03/07/2019 – È in servizio al tribunale di Ischia Alberto Capuano, il giudice finito in carcere nell’ambito di un’indagine anticorruzione della procura di Roma in cui sarebbe emersi dei collegamenti con la camorra (reato, quest’ultimo, che non viene attribuito al giudice). Cinque gli arresti.
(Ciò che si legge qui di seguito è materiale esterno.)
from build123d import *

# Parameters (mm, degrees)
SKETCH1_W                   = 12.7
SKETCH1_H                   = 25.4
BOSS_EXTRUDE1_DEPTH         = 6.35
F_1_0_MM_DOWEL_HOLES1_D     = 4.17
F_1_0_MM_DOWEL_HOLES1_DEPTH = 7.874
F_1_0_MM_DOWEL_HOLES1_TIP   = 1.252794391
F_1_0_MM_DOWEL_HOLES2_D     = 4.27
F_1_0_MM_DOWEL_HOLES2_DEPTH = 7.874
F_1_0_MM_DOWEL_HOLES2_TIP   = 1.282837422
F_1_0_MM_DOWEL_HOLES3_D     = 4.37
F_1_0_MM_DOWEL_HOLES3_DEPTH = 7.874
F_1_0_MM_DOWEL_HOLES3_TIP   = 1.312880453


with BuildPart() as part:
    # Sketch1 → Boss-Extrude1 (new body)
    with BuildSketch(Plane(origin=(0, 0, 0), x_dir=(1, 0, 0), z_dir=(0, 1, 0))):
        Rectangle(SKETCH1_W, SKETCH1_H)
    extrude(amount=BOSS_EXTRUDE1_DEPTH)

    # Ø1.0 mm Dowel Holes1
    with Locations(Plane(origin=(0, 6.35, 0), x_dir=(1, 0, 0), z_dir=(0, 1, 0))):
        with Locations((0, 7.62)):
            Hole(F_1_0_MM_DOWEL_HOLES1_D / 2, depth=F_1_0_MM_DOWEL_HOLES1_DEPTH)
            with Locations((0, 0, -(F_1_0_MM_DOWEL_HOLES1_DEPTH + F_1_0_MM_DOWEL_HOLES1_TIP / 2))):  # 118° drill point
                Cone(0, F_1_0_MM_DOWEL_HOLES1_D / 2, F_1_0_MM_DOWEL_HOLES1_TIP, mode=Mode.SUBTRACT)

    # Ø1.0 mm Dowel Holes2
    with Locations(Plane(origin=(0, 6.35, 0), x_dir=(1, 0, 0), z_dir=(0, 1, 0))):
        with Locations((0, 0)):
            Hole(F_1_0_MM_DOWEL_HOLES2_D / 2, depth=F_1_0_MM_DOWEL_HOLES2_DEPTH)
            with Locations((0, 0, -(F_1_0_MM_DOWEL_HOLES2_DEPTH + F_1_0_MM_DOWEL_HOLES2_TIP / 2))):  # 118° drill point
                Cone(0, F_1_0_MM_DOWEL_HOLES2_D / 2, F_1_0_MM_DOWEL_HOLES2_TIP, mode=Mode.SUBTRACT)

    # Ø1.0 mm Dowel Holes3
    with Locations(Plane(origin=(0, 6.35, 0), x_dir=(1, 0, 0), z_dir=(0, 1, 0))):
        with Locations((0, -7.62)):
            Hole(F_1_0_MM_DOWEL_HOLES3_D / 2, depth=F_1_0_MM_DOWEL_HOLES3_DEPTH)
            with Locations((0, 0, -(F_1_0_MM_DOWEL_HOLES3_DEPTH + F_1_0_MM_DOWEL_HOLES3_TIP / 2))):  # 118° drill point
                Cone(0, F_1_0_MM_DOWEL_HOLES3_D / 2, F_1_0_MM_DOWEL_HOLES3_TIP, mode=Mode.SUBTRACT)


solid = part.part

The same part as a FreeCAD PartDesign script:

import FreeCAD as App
import Part
import Sketcher

V = App.Vector
Q = App.Units.Quantity

doc = App.newDocument("Part")
body = doc.addObject("PartDesign::Body", "Body")

sketch1 = body.newObject("Sketcher::SketchObject", "Sketch")
sketch1.AttachmentSupport = (doc.getObject("XZ_Plane"), [""])
sketch1.MapMode = "FlatFace"
sketch1.addGeometry(Part.LineSegment(V(-6, -13, 0), V(-6, 13, 0)), False)
sketch1.addGeometry(Part.LineSegment(V(-6, 13, 0), V(6, 13, 0)), False)
sketch1.addGeometry(Part.LineSegment(V(6, 13, 0), V(6, -13, 0)), False)
sketch1.addGeometry(Part.LineSegment(V(6, -13, 0), V(-6, -13, 0)), False)
sketch1.addConstraint(Sketcher.Constraint("Coincident", 0, 2, 1, 1))
sketch1.addConstraint(Sketcher.Constraint("Coincident", 1, 2, 2, 1))
sketch1.addConstraint(Sketcher.Constraint("Coincident", 2, 2, 3, 1))
sketch1.addConstraint(Sketcher.Constraint("Coincident", 3, 2, 0, 1))
sketch1.addConstraint(Sketcher.Constraint("Vertical", 0))
sketch1.addConstraint(Sketcher.Constraint("Horizontal", 1))
sketch1.addConstraint(Sketcher.Constraint("Vertical", 2))
sketch1.addConstraint(Sketcher.Constraint("Horizontal", 3))
sketch1.addConstraint(Sketcher.Constraint("Symmetric", 0, 2, 2, 2, -1, 1))
sketch1.addConstraint(Sketcher.Constraint("DistanceY", 0, 1, 0, 2, Q("1 in")))
sketch1.addConstraint(Sketcher.Constraint("DistanceX", 1, 1, 1, 2, Q("0.5 in")))
pad1 = body.newObject("PartDesign::Pad", "Pad")
pad1.Profile = sketch1
pad1.Length = Q("0.25 in")
pad1.Reversed = True

sketch2 = body.newObject("Sketcher::SketchObject", "Sketch001")
sketch2.AttachmentSupport = (doc.getObject("XZ_Plane"), [""])
sketch2.MapMode = "FlatFace"
sketch2.AttachmentOffset = App.Placement(V(0, 0, -0.25 * 25.4), App.Rotation())
sketch2.addGeometry(Part.Circle(V(0, -7.6, 0), V(0, 0, 1), 2.1), False)
sketch2.addConstraint(Sketcher.Constraint("PointOnObject", 0, 3, -2))
sketch2.addConstraint(Sketcher.Constraint("DistanceY", 0, 3, -1, 1, Q("0.3 in")))
sketch2.addConstraint(Sketcher.Constraint("Diameter", 0, Q("4.17 mm")))
doc.recompute()
hole = body.newObject("PartDesign::Hole", "Hole")
hole.Profile = sketch2
hole.ThreadType = "None"
hole.Diameter = 4.17
hole.DepthType = "Dimension"
hole.Depth = Q("0.31 in")
hole.DrillPoint = "Angled"
hole.DrillPointAngle = 118
hole.Reversed = True

sketch3 = body.newObject("Sketcher::SketchObject", "Sketch002")
sketch3.AttachmentSupport = (doc.getObject("XZ_Plane"), [""])
sketch3.MapMode = "FlatFace"
sketch3.AttachmentOffset = App.Placement(V(0, 0, -0.25 * 25.4), App.Rotation())
sketch3.addGeometry(Part.Circle(V(0, 0, 0), V(0, 0, 1), 2.1), False)
sketch3.addConstraint(Sketcher.Constraint("Coincident", 0, 3, -1, 1))
sketch3.addConstraint(Sketcher.Constraint("Diameter", 0, Q("4.27 mm")))
doc.recompute()
hole2 = body.newObject("PartDesign::Hole", "Hole001")
hole2.Profile = sketch3
hole2.ThreadType = "None"
hole2.Diameter = 4.27
hole2.DepthType = "Dimension"
hole2.Depth = Q("0.31 in")
hole2.DrillPoint = "Angled"
hole2.DrillPointAngle = 118
hole2.Reversed = True

sketch4 = body.newObject("Sketcher::SketchObject", "Sketch003")
sketch4.AttachmentSupport = (doc.getObject("XZ_Plane"), [""])
sketch4.MapMode = "FlatFace"
sketch4.AttachmentOffset = App.Placement(V(0, 0, -0.25 * 25.4), App.Rotation())
sketch4.addGeometry(Part.Circle(V(0, 7.6, 0), V(0, 0, 1), 2.2), False)
sketch4.addConstraint(Sketcher.Constraint("PointOnObject", 0, 3, -2))
sketch4.addConstraint(Sketcher.Constraint("DistanceY", -1, 1, 0, 3, Q("0.3 in")))
sketch4.addConstraint(Sketcher.Constraint("Diameter", 0, Q("4.37 mm")))
doc.recompute()
hole3 = body.newObject("PartDesign::Hole", "Hole002")
hole3.Profile = sketch4
hole3.ThreadType = "None"
hole3.Diameter = 4.37
hole3.DepthType = "Dimension"
hole3.Depth = Q("0.31 in")
hole3.DrillPoint = "Angled"
hole3.DrillPointAngle = 118
hole3.Reversed = True

doc.recompute()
Il magistrato, 60 anni, è in servizio presso la sede distaccata sull’isola del tribunale di Napoli ed è stato fermato assieme al consigliere circoscrizionale della X municipalità di Bagnoli, Antonio di Dio, all’imprenditore Valentino Cassini e al pregiudicato Giuseppe Liccardo, ritenuto da investigatori ed inquirenti vicino al clan Mallardo di Giugliano. Dalle prime ore di questa mattina e’ in corso un’operazione della Polizia di Stato, coordinata dalla Procura della Repubblica di Roma, nei confronti di un giudice napoletano ed altri quattro soggetti indagati, a vario titolo, per corruzione per l’esercizio della funzione, corruzione per un atto contrario ai doveri d’ufficio, corruzione in atti giudiziari, traffico di influenze illecite, millantato credito, tentata estorsione, favoreggiamento personale. Al termine di un’articolata attivita’ investigativa coordinata dalla locale Procura della Repubblica.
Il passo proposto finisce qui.